Image of the U.S. Constitution
The U.S. Constitution, Wiki Commons, public domain

Marx believed that the U.S. — what he termed “the bourgeois republic” — was the final form of state, one to so eviscerate the human soul that its citizens would rebound off the bottom of existence like a collapsing supernova off its iron core. A luminous new beginning would commence with a revolution that would be the simultaneous birth of a utopian social life. In W. R. Newell’s spellbinding contribution to Confronting the Constitution we witness the broad scope of Marxist thought with its predictions of capitalism’s outcome and the state its married to. From the pen of Marx (1818–1883) we find him simultaneously dazzling, inane, alluring, and self-contradictory. His motive force was a passionate fear of the disenchantment of Man, from which, ironically, he created a social-political theory to ensure it.

“The core of Marxism’s appeal is the yearning for wholeness,” writes Newell, “for an existence that unites the personal and collective satisfaction.
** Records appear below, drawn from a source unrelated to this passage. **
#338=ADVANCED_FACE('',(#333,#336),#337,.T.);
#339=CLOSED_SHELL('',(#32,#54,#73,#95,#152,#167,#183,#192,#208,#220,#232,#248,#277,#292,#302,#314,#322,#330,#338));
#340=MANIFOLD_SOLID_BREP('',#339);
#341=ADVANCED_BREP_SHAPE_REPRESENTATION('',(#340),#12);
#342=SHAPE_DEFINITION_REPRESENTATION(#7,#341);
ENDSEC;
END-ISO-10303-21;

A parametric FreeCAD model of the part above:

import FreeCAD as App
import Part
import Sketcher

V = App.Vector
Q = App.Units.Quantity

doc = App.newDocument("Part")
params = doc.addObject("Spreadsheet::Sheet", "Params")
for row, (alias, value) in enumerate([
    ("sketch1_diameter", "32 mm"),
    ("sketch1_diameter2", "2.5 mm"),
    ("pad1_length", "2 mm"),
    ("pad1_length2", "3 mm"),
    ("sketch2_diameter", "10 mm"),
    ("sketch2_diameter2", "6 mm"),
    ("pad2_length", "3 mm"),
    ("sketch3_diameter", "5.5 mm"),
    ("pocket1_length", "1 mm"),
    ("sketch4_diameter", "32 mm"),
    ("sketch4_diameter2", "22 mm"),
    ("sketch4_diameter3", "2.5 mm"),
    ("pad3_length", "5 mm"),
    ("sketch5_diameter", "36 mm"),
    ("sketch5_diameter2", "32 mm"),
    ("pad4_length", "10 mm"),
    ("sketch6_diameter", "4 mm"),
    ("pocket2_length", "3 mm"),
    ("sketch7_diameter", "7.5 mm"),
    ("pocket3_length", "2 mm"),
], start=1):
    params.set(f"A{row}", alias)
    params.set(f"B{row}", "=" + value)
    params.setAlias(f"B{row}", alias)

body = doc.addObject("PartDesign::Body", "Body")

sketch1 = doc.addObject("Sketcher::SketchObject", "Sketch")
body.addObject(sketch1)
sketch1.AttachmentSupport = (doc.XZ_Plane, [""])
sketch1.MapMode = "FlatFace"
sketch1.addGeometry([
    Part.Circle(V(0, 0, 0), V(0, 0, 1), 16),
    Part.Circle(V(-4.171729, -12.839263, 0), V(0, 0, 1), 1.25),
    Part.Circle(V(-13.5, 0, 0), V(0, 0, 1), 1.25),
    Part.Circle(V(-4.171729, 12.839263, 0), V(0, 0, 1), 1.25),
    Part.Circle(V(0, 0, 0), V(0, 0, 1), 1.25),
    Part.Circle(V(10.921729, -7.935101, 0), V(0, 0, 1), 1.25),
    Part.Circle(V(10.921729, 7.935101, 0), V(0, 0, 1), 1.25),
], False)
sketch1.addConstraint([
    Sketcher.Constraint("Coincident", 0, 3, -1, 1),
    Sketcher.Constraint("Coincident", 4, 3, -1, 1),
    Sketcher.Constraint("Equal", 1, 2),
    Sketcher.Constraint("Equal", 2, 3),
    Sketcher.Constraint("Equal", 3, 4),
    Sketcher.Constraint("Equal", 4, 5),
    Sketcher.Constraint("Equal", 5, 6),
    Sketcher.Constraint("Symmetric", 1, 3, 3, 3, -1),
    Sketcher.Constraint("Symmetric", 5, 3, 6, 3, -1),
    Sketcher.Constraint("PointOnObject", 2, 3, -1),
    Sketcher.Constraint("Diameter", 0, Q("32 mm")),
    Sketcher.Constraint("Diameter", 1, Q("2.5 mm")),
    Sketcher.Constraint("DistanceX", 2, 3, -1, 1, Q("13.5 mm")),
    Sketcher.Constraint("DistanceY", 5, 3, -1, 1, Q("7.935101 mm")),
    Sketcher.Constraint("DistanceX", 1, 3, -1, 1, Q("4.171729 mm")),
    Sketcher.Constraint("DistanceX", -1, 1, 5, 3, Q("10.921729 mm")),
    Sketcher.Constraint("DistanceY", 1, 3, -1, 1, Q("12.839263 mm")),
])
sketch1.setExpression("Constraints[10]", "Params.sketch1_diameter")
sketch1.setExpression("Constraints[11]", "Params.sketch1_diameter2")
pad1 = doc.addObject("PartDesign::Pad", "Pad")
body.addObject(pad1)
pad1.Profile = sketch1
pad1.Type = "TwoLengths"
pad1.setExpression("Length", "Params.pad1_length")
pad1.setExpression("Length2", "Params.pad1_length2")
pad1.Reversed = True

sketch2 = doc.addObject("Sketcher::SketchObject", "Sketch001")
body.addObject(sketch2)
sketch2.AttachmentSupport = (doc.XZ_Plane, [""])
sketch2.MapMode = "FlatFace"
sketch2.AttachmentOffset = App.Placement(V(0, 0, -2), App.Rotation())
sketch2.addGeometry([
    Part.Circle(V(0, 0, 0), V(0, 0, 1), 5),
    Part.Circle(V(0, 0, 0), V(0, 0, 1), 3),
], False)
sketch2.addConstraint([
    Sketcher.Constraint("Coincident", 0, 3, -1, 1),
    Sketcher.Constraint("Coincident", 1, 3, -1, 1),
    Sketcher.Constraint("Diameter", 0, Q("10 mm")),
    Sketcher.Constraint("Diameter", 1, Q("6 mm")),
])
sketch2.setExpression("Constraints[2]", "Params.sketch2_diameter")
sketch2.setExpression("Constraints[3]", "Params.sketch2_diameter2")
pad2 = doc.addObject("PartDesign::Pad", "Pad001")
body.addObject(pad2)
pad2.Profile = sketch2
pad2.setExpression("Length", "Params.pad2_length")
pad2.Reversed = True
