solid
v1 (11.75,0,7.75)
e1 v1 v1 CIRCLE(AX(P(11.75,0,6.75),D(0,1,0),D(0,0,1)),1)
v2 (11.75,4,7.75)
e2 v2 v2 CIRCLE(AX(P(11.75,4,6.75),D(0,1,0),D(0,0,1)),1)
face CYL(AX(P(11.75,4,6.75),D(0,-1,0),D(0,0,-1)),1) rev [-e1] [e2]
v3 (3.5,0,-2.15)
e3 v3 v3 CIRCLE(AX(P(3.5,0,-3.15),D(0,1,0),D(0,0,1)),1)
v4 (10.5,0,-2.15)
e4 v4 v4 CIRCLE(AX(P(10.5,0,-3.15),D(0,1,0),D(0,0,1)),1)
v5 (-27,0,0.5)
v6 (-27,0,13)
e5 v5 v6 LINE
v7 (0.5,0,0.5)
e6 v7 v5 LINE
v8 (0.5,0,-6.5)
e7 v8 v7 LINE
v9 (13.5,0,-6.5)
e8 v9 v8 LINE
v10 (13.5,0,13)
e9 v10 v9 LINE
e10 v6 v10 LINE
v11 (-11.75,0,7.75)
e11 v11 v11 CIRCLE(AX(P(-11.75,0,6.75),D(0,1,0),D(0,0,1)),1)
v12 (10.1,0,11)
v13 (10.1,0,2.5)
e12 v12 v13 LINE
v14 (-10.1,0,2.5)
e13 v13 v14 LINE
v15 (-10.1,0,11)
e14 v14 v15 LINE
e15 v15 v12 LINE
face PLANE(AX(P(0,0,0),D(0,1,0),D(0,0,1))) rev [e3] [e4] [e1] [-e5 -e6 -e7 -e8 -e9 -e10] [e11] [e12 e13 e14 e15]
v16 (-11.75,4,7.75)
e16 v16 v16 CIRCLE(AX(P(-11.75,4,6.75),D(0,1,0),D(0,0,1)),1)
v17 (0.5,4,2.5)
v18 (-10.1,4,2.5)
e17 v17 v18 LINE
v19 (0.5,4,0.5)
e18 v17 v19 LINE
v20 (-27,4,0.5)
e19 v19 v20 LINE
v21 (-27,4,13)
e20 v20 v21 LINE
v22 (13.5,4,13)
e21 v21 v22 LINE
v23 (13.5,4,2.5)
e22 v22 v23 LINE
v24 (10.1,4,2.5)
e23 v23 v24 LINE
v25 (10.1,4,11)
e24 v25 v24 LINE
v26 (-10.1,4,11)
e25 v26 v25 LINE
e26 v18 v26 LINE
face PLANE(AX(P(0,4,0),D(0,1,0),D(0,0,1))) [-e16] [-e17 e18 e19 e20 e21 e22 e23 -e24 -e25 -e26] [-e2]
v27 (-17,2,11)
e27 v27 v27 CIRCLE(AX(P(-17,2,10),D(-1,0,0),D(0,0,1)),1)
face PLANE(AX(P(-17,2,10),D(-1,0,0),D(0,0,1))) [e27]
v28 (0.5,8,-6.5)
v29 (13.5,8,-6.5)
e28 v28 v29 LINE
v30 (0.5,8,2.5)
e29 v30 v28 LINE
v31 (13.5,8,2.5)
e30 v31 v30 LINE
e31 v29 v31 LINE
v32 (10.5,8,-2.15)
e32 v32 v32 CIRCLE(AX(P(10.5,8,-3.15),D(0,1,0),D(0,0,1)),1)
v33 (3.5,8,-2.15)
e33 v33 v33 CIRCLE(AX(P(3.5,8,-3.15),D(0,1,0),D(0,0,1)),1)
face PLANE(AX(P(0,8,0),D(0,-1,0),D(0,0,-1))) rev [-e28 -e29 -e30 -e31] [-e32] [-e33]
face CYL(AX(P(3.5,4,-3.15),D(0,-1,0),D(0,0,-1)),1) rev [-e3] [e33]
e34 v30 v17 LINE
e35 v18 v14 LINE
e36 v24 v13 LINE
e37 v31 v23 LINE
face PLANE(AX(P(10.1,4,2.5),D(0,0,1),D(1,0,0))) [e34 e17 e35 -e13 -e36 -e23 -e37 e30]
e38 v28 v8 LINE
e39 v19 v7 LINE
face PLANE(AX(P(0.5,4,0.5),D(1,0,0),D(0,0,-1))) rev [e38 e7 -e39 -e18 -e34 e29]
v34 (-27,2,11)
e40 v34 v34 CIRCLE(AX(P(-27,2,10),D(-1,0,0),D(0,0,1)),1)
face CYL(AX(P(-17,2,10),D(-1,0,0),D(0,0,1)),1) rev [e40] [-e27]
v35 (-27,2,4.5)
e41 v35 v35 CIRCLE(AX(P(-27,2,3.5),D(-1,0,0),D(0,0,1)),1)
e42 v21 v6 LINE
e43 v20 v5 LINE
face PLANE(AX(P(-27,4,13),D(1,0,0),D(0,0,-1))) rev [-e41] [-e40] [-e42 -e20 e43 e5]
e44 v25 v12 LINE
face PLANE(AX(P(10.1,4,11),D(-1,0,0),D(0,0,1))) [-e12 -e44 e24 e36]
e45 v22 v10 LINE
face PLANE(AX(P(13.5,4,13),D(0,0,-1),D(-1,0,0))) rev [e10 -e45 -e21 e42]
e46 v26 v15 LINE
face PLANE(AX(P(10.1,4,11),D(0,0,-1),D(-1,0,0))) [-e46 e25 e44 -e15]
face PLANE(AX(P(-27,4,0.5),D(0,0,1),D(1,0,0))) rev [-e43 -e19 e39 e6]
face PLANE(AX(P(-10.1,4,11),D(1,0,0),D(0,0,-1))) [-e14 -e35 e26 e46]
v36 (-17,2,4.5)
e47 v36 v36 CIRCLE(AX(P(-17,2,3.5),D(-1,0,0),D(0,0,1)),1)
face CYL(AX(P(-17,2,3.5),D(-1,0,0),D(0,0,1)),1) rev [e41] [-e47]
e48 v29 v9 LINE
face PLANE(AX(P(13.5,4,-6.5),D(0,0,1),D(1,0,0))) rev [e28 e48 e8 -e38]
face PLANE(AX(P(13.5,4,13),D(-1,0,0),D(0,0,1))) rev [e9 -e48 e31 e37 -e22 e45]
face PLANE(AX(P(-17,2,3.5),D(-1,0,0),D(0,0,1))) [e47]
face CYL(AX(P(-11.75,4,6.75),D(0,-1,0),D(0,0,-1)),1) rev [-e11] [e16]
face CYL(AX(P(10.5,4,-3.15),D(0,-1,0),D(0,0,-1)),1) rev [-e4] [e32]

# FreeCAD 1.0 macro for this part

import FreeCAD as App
import Part
import Sketcher
from FreeCAD import Vector
Q = App.Units.Quantity

doc = App.newDocument("Part")
body = doc.addObject("PartDesign::Body", "Body")

# Sketch on XZ plane
sketch1 = doc.addObject("Sketcher::SketchObject", "Sketch")
body.addObject(sketch1)
sketch1.AttachmentSupport = (doc.XZ_Plane, [""])
sketch1.MapMode = "FlatFace"
sketch1.addGeometry([
    Part.LineSegment(Vector(0.5, 0.5, 0), Vector(-27, 0.5, 0)),  # 0
    Part.LineSegment(Vector(-27, 0.5, 0), Vector(-27, 13, 0)),  # 1
    Part.LineSegment(Vector(-27, 13, 0), Vector(13.5, 13, 0)),  # 2
    Part.LineSegment(Vector(13.5, 13, 0), Vector(13.5, -6.5, 0)),  # 3
    Part.LineSegment(Vector(13.5, -6.5, 0), Vector(0.5, -6.5, 0)),  # 4
    Part.LineSegment(Vector(0.5, -6.5, 0), Vector(0.5, 0.5, 0)),  # 5
    Part.Circle(Vector(11.8, 6.8, 0), Vector(0, 0, 1), 1),  # 6
    Part.LineSegment(Vector(-10.1, 11, 0), Vector(-10.1, 2.5, 0)),  # 7
    Part.LineSegment(Vector(-10.1, 2.5, 0), Vector(10.1, 2.5, 0)),  # 8
    Part.LineSegment(Vector(10.1, 2.5, 0), Vector(10.1, 11, 0)),  # 9
    Part.LineSegment(Vector(10.1, 11, 0), Vector(-10.1, 11, 0)),  # 10
    Part.Circle(Vector(-11.8, 6.8, 0), Vector(0, 0, 1), 1),  # 11
    Part.Circle(Vector(10.5, -3.1, 0), Vector(0, 0, 1), 1),  # 12
    Part.Circle(Vector(3.5, -3.1, 0), Vector(0, 0, 1), 1),  # 13
], False)
sketch1.addConstraint([
    Sketcher.Constraint("Coincident", 0, 2, 1, 1),
    Sketcher.Constraint("Coincident", 1, 2, 2, 1),
    Sketcher.Constraint("Coincident", 2, 2, 3, 1),
    Sketcher.Constraint("Coincident", 3, 2, 4, 1),
    Sketcher.Constraint("Coincident", 4, 2, 5, 1),
    Sketcher.Constraint("Coincident", 5, 2, 0, 1),
    Sketcher.Constraint("Coincident", 7, 2, 8, 1),
    Sketcher.Constraint("Coincident", 8, 2, 9, 1),
    Sketcher.Constraint("Coincident", 9, 2, 10, 1),
    Sketcher.Constraint("Coincident", 10, 2, 7, 1),
    Sketcher.Constraint("Horizontal", 0),
    Sketcher.Constraint("Vertical", 1),
    Sketcher.Constraint("Horizontal", 2),
    Sketcher.Constraint("Vertical", 3),
    Sketcher.Constraint("Horizontal", 4),
    Sketcher.Constraint("Vertical", 5),
    Sketcher.Constraint("Vertical", 7),
    Sketcher.Constraint("Horizontal", 8),
    Sketcher.Constraint("Vertical", 9),
    Sketcher.Constraint("Horizontal", 10),
    Sketcher.Constraint("Equal", 6, 11),
    Sketcher.Constraint("Equal", 11, 12),
    Sketcher.Constraint("Equal", 12, 13),
    Sketcher.Constraint("Symmetric", 6, 3, 11, 3, -2),
    Sketcher.Constraint("Horizontal", 12, 3, 13, 3),
    Sketcher.Constraint("Diameter", 6, Q("2 mm")),
    Sketcher.Constraint("DistanceX", 4, 2, 4, 1, Q("13 mm")),
    Sketcher.Constraint("DistanceY", 5, 1, 5, 2, Q("7 mm")),
    Sketcher.Constraint("DistanceX", 0, 2, 0, 1, Q("27.5 mm")),
    Sketcher.Constraint("DistanceX", 8, 1, 8, 2, Q("20.2 mm")),
    Sketcher.Constraint("DistanceY", 1, 1, 1, 2, Q("12.5 mm")),
    Sketcher.Constraint("DistanceY", 7, 2, 7, 1, Q("8.5 mm")),
    Sketcher.Constraint("DistanceX", 0, 2, -1, 1, Q("27 mm")),
    Sketcher.Constraint("DistanceY", -1, 1, 1, 2, Q("13 mm")),
    Sketcher.Constraint("DistanceY", -1, 1, 9, 2, Q("11 mm")),
    Sketcher.Constraint("DistanceX", 13, 3, 12, 3, Q("7 mm")),
    Sketcher.Constraint("DistanceX", 12, 3, 2, 2, Q("3 mm")),
    Sketcher.Constraint("DistanceX", 7, 2, -1, 1, Q("10.1 mm")),
    Sketcher.Constraint("DistanceX", 11, 3, 6, 3, Q("23.5 mm")),
    Sketcher.Constraint("DistanceY", 12, 3, 6, 3, Q("9.9 mm")),
    Sketcher.Constraint("DistanceY", -1, 1, 6, 3, Q("6.75 mm")),
])
pad1 = doc.addObject("PartDesign::Pad", "Pad")
body.addObject(pad1)
pad1.Profile = sketch1
pad1.Length = 4
pad1.Reversed = True

# Sketch on XZ plane
sketch2 = doc.addObject("Sketcher::SketchObject", "Sketch001")
body.addObject(sketch2)
sketch2.AttachmentSupport = (doc.XZ_Plane, [""])
sketch2.MapMode = "FlatFace"
sketch2.AttachmentOffset = App.Placement(Vector(0, 0, -4), App.Rotation())
sketch2.addGeometry([
    Part.LineSegment(Vector(0, 2, 0), Vector(0, -6, 0)),
    Part.LineSegment(Vector(0, -6, 0), Vector(14, -6, 0)),
    Part.LineSegment(Vector(14, -6, 0), Vector(14, 2, 0)),
    Part.LineSegment(Vector(14, 2, 0), Vector(0, 2, 0)),
], False)
sketch2.addConstraint([
    Sketcher.Constraint("Coincident", 0, 2, 1, 1),
    Sketcher.Constraint("Coincident", 1, 2, 2, 1),
    Sketcher.Constraint("Coincident", 2, 2, 3, 1),
    Sketcher.Constraint("Coincident", 3, 2, 0, 1),
    Sketcher.Constraint("Vertical", 0),
    Sketcher.Constraint("Horizontal", 1),
    Sketcher.Constraint("Vertical", 2),
    Sketcher.Constraint("Horizontal", 3),
    Sketcher.Constraint("DistanceX", 1, 1, 1, 2, Q("13 mm")),
    Sketcher.Constraint("DistanceY", 0, 2, 0, 1, Q("9 mm")),
    Sketcher.Constraint("DistanceX", -1, 1, 0, 2, Q("0.5 mm")),
    Sketcher.Constraint("DistanceY", 0, 2, -1, 1, Q("6.5 mm")),
])
pad2 = doc.addObject("PartDesign::Pad", "Pad001")
body.addObject(pad2)
pad2.Profile = sketch2
pad2.Length = 4
pad2.Reversed = True

# Sketch on XZ plane
sketch3 = doc.addObject("Sketcher::SketchObject", "Sketch002")
body.addObject(sketch3)
sketch3.AttachmentSupport = (doc.XZ_Plane, [""])
sketch3.MapMode = "FlatFace"
sketch3.addGeometry([
    Part.Circle(Vector(10.5, -3.1, 0), Vector(0, 0, 1), 1),
    Part.Circle(Vector(3.5, -3.1, 0), Vector(0, 0, 1), 1),
], False)
sketch3.addConstraint([
    Sketcher.Constraint("Equal", 0, 1),
    Sketcher.Constraint("Horizontal", 0, 3, 1, 3),
    Sketcher.Constraint("Diameter", 0, Q("2 mm")),
    Sketcher.Constraint("DistanceX", 1, 3, 0, 3, Q("7 mm")),
    Sketcher.Constraint("DistanceX", -1, 1, 0, 3, Q("10.5 mm")),
    Sketcher.Constraint("DistanceY", 0, 3, -1, 1, Q("3.15 mm")),
])
pocket1 = doc.addObject("PartDesign::Pocket", "Pocket")
body.addObject(pocket1)
pocket1.Profile = sketch3
pocket1.Type = "ThroughAll"

# Sketch on YZ plane
sketch4 = doc.addObject("Sketcher::SketchObject", "Sketch003")
body.addObject(sketch4)
sketch4.AttachmentSupport = (doc.YZ_Plane, [""])
sketch4.MapMode = "FlatFace"
sketch4.AttachmentOffset = App.Placement(Vector(0, 0, -27), App.Rotation())
sketch4.addGeometry([
    Part.Circle(Vector(2, 3.5, 0), Vector(0, 0, 1), 1),
    Part.Circle(Vector(2, 10, 0), Vector(0, 0, 1), 1),
], False)
sketch4.addConstraint([
    Sketcher.Constraint("Equal", 0, 1),
    Sketcher.Constraint("Vertical", 0, 3, 1, 3),
    Sketcher.Constraint("Diameter", 0, Q("2 mm")),
    Sketcher.Constraint("DistanceX", -1, 1, 0, 3, Q("2 mm")),
    Sketcher.Constraint("DistanceY", -1, 1, 1, 3, Q("10 mm")),
    Sketcher.Constraint("DistanceY", -1, 1, 0, 3, Q("3.5 mm")),
])
pocket2 = doc.addObject("PartDesign::Pocket", "Pocket001")
body.addObject(pocket2)
pocket2.Profile = sketch4
pocket2.Length = 10
pocket2.Reversed = True

doc.recompute()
The breakdowns [of capitalism] are inevitable [to Marx] because capitalism must function by robbing man of a wholeness whose lack is, in the long run, unbearable to our species.” The New Deal, social welfare programs, and Keynesian economics are not patches to capitalism that would have swayed Marx, according to Newell. Such ameliorations would not conceal even bigger problems in America: “[It’s] not so much capitalism’s success as American’s apparent unawareness of this unbearable schism in their lives… They seem content with fragmentation, with parceling themselves out among their private, economic, and public pursuits… in family or love life, in religion, or even hobbies and leisure, [viewing] the political system as a means to these private satisfactions.” Born and raised in that system, this doesn’t sound so bad to me, but to Marx, we are reduced “to the service of biological existence alone.” And yet, I pursue the 3-Rs and painting between hikes with my dogs in the wilderness, free from the grind. Though it wasn’t always this way. I traded my youth for it. To Marx, this is tyranny on a small scale, where “America frustrates tyranny of the large-scale terrible kind by routinizing it into a universal, endless series of minor victories over others in commerce.” Precisely what America’s Framers considered a great achievement because it channels the most quarrelsome aspects of bipeds into relatively benign commercial interests.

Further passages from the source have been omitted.